### EXERCISE DIRECTIONS
Here the job is to return only the lines of the material, exactly, from the first one to the line with "f 236 312 242".

### DATASET CONTENT
+ + + + + + +

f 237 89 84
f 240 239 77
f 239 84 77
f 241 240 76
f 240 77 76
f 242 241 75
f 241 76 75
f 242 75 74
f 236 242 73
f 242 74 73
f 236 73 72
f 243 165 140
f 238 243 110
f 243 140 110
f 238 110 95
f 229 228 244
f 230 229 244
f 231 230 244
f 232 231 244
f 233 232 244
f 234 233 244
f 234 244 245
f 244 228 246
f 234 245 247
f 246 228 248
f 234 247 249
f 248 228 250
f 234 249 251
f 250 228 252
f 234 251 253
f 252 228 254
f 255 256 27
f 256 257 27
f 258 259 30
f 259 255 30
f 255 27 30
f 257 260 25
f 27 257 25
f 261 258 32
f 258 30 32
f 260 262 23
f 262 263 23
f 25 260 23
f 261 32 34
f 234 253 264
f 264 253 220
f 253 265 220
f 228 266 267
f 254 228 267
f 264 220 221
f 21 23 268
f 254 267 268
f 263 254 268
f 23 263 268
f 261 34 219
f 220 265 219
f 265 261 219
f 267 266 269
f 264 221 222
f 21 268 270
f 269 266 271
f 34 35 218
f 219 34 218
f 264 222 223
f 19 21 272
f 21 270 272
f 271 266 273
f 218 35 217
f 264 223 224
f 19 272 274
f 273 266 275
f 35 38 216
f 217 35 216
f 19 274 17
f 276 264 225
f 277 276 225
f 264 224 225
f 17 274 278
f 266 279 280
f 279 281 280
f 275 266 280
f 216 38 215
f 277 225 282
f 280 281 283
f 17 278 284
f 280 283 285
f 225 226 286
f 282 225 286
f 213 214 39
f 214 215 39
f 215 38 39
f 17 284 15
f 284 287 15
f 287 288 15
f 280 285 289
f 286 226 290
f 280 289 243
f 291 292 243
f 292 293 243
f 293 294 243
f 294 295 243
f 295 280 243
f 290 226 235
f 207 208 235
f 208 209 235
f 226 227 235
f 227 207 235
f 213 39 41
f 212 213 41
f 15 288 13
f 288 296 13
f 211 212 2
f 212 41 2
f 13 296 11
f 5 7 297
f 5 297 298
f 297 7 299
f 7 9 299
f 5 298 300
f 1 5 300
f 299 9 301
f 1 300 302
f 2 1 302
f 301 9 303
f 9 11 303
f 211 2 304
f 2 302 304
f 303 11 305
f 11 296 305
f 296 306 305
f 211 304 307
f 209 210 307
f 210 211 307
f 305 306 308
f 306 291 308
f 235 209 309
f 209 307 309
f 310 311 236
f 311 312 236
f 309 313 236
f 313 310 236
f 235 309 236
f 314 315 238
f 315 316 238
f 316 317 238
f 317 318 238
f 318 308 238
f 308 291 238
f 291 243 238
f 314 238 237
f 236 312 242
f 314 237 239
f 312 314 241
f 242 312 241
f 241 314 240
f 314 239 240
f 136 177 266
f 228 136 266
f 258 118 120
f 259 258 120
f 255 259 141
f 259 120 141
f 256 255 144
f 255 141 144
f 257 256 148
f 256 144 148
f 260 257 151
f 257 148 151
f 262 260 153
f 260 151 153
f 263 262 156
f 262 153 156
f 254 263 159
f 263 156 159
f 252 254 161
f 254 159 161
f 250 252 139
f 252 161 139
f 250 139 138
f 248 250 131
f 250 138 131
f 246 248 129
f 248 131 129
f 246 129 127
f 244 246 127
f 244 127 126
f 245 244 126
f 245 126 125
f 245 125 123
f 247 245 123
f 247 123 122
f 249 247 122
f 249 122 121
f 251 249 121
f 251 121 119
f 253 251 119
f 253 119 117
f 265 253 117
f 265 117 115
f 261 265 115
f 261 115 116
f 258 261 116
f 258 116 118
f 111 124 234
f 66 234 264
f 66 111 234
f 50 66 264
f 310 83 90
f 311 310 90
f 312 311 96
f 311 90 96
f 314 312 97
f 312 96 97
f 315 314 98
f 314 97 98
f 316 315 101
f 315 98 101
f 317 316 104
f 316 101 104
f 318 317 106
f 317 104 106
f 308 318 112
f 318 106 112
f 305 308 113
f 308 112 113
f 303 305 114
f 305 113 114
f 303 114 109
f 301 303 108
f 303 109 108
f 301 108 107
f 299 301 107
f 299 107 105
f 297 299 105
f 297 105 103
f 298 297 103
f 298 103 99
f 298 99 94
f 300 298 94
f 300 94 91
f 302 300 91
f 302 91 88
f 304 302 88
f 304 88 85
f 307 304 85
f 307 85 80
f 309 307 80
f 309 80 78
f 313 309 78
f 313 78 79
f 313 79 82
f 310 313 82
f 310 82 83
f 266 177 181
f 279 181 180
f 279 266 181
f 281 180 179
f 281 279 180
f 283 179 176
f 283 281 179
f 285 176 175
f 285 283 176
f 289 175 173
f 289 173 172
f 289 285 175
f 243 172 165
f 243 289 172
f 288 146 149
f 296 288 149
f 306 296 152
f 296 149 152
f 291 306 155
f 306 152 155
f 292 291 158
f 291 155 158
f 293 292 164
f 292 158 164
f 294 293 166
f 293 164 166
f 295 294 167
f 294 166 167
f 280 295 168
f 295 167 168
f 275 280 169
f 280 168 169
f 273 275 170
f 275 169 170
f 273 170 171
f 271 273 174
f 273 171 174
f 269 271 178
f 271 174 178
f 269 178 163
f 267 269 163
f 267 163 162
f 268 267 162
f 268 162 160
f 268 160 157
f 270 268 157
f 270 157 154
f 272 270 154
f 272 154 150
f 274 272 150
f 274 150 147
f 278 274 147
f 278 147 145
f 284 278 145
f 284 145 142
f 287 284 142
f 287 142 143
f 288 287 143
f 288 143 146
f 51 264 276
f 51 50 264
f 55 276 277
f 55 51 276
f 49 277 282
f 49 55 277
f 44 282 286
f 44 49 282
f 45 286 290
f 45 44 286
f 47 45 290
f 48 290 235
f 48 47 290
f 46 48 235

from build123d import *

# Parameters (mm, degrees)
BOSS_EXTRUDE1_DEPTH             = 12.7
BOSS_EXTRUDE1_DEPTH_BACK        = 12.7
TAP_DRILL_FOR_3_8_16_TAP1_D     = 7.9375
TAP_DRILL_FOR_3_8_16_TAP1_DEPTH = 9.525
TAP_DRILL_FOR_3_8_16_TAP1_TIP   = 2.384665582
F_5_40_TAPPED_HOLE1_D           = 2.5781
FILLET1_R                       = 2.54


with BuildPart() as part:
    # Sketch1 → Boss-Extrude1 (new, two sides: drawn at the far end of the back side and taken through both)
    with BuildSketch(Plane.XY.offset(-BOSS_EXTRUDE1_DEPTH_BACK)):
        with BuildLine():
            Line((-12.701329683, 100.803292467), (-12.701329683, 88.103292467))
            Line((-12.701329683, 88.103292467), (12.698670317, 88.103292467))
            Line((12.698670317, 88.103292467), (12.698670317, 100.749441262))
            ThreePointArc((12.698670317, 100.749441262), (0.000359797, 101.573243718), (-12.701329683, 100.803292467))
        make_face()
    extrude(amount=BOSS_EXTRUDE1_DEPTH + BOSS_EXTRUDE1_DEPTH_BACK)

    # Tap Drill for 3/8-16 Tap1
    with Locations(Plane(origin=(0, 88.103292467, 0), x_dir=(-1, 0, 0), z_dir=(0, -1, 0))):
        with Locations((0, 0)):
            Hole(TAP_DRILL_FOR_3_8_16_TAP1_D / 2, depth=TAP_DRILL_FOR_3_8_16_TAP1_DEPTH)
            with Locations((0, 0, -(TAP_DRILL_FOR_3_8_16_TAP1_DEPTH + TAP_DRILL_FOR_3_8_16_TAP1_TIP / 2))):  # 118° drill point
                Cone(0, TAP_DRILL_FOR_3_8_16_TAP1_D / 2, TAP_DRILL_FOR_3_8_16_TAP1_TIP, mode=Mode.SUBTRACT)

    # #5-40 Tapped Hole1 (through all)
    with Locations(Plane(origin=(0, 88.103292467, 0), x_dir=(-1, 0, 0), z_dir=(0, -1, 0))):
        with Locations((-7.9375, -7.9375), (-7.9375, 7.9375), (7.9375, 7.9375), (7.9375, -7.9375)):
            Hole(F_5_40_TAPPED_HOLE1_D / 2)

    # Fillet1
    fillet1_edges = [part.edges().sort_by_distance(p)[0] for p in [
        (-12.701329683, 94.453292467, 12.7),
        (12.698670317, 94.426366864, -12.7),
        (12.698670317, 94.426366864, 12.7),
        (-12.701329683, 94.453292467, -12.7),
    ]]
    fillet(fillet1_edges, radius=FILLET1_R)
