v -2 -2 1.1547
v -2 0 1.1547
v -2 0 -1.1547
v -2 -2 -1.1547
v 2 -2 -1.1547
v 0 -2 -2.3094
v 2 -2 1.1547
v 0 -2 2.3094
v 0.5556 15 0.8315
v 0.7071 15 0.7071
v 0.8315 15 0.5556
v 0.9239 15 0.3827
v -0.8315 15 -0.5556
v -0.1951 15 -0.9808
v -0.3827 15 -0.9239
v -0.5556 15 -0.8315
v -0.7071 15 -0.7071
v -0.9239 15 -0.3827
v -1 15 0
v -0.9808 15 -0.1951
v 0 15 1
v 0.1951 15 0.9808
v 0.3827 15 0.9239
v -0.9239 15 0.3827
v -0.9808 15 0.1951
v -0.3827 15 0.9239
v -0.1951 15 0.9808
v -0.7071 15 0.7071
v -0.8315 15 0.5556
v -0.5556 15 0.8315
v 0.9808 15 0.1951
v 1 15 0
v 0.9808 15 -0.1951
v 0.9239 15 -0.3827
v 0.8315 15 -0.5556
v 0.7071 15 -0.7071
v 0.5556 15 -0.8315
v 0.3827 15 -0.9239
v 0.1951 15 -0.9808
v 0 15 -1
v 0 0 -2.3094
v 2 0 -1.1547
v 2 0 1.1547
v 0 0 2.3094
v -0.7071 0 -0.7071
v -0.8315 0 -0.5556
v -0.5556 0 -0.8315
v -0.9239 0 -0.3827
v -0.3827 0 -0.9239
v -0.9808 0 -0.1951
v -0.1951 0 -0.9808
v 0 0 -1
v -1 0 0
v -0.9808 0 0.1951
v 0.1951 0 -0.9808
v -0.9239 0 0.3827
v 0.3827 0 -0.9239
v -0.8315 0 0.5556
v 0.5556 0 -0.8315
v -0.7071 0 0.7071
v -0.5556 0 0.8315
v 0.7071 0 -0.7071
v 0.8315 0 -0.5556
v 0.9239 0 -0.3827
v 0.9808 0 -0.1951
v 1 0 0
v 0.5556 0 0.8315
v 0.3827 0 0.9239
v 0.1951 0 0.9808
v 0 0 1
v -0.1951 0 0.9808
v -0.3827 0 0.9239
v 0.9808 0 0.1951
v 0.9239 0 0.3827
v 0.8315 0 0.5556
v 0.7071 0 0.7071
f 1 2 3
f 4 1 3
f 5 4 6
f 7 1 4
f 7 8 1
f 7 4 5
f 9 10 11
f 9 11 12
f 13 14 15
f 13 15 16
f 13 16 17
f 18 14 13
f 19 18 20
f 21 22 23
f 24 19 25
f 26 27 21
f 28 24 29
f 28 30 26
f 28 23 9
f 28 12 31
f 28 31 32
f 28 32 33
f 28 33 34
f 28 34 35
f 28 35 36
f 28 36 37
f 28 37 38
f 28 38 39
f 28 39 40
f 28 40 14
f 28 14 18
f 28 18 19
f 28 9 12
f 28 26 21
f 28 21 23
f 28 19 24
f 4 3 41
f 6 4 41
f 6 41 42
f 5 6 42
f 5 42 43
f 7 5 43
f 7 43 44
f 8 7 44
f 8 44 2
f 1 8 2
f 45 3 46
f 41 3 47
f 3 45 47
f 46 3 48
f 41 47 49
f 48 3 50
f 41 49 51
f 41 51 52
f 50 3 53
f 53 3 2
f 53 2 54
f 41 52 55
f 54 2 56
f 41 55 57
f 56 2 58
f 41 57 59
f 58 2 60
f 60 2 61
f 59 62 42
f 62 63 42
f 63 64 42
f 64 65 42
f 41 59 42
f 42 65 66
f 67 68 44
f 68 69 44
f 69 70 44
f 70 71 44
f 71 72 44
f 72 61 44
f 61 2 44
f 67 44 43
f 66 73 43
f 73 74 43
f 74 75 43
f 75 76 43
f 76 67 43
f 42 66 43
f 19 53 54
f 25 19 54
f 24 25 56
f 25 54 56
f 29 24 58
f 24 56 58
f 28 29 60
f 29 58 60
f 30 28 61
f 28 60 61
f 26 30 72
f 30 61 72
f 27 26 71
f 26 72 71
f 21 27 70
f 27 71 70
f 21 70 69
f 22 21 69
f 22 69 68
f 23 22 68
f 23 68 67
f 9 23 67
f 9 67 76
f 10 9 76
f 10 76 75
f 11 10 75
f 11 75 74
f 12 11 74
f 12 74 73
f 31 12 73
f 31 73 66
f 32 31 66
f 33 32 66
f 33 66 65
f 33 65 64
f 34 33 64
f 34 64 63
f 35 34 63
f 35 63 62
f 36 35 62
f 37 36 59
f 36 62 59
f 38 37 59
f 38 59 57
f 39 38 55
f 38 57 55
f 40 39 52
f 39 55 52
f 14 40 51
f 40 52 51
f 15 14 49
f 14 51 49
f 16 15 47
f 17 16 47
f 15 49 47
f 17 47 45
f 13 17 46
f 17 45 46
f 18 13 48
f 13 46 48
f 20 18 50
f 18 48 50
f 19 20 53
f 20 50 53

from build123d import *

# Parameters (mm, degrees)
F0_R     = 1
F1_DEPTH = 2
F2_R     = 1
F3_DEPTH = 15
F4_DEPTH = 10
F5_DEPTH = 2


with BuildPart() as f1:
    # F0 (on Front) → F1 (new body)
    with BuildSketch(Plane.XZ):
        Polygon((-2, 1.1547005384), (-2, -1.1547005384), (0, -2.3094010768), (2, -1.1547005384), (2, 1.1547005384), (0, 2.3094010768), align=None)
        Circle(F0_R, mode=Mode.SUBTRACT)
        Circle(F0_R)
    extrude(amount=F1_DEPTH)

    # F2 (on face) → F3 (join)
    with BuildSketch(Plane(origin=(0, 0, 0), x_dir=(-1, 0, 0), z_dir=(0, 1, 0))):
        Circle(F2_R)
    extrude(amount=F3_DEPTH)

    # F2 (on face) → F4 (join)
    with BuildSketch(Plane(origin=(0, 0, 0), x_dir=(-1, 0, 0), z_dir=(0, 1, 0))):
        Circle(F2_R)
    extrude(amount=F4_DEPTH)

    # F0 (on Front) → F5 (join)
    with BuildSketch(Plane.XZ):
        Polygon((-2, 1.1547005384), (-2, -1.1547005384), (0, -2.3094010768), (2, -1.1547005384), (2, 1.1547005384), (0, 2.3094010768), align=None)
        Circle(F0_R, mode=Mode.SUBTRACT)
    extrude(amount=F5_DEPTH)


solid = f1.part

+ + + + + + +

### TASK RESPONSE
f 237 89 84
f 240 239 77
f 239 84 77
f 241 240 76
f 240 77 76
f 242 241 75
f 241 76 75
f 242 75 74
f 236 242 73
f 242 74 73
f 236 73 72
f 243 165 140
f 238 243 110
f 243 140 110
f 238 110 95
f 229 228 244
f 230 229 244
f 231 230 244
f 232 231 244
f 233 232 244
f 234 233 244
f 234 244 245
f 244 228 246
f 234 245 247
f 246 228 248
f 234 247 249
f 248 228 250
f 234 249 251
f 250 228 252
f 234 251 253
f 252 228 254
f 255 256 27
f 256 257 27
f 258 259 30
f 259 255 30
f 255 27 30
f 257 260 25
f 27 257 25
f 261 258 32
f 258 30 32
f 260 262 23
f 262 263 23
f 25 260 23
f 261 32 34
f 234 253 264
f 264 253 220
f 253 265 220
f 228 266 267
f 254 228 267
f 264 220 221
f 21 23 268
f 254 267 268
f 263 254 268
f 23 263 268
f 261 34 219
f 220 265 219
f 265 261 219
f 267 266 269
f 264 221 222
f 21 268 270
f 269 266 271
f 34 35 218
f 219 34 218
f 264 222 223
f 19 21 272
f 21 270 272
f 271 266 273
f 218 35 217
f 264 223 224
f 19 272 274
f 273 266 275
f 35 38 216
f 217 35 216
f 19 274 17
f 276 264 225
f 277 276 225
f 264 224 225
f 17 274 278
f 266 279 280
f 279 281 280
f 275 266 280
f 216 38 215
f 277 225 282
f 280 281 283
f 17 278 284
f 280 283 285
f 225 226 286
f 282 225 286
f 213 214 39
f 214 215 39
f 215 38 39
f 17 284 15
f 284 287 15
f 287 288 15
f 280 285 289
f 286 226 290
f 280 289 243
f 291 292 243
f 292 293 243
f 293 294 243
f 294 295 243
f 295 280 243
f 290 226 235
f 207 208 235
f 208 209 235
f 226 227 235
f 227 207 235
f 213 39 41
f 212 213 41
f 15 288 13
f 288 296 13
f 211 212 2
f 212 41 2
f 13 296 11
f 5 7 297
f 5 297 298
f 297 7 299
f 7 9 299
f 5 298 300
f 1 5 300
f 299 9 301
f 1 300 302
f 2 1 302
f 301 9 303
f 9 11 303
f 211 2 304
f 2 302 304
f 303 11 305
f 11 296 305
f 296 306 305
f 211 304 307
f 209 210 307
f 210 211 307
f 305 306 308
f 306 291 308
f 235 209 309
f 209 307 309
f 310 311 236
f 311 312 236
f 309 313 236
f 313 310 236
f 235 309 236
f 314 315 238
f 315 316 238
f 316 317 238
f 317 318 238
f 318 308 238
f 308 291 238
f 291 243 238
f 314 238 237
f 236 312 242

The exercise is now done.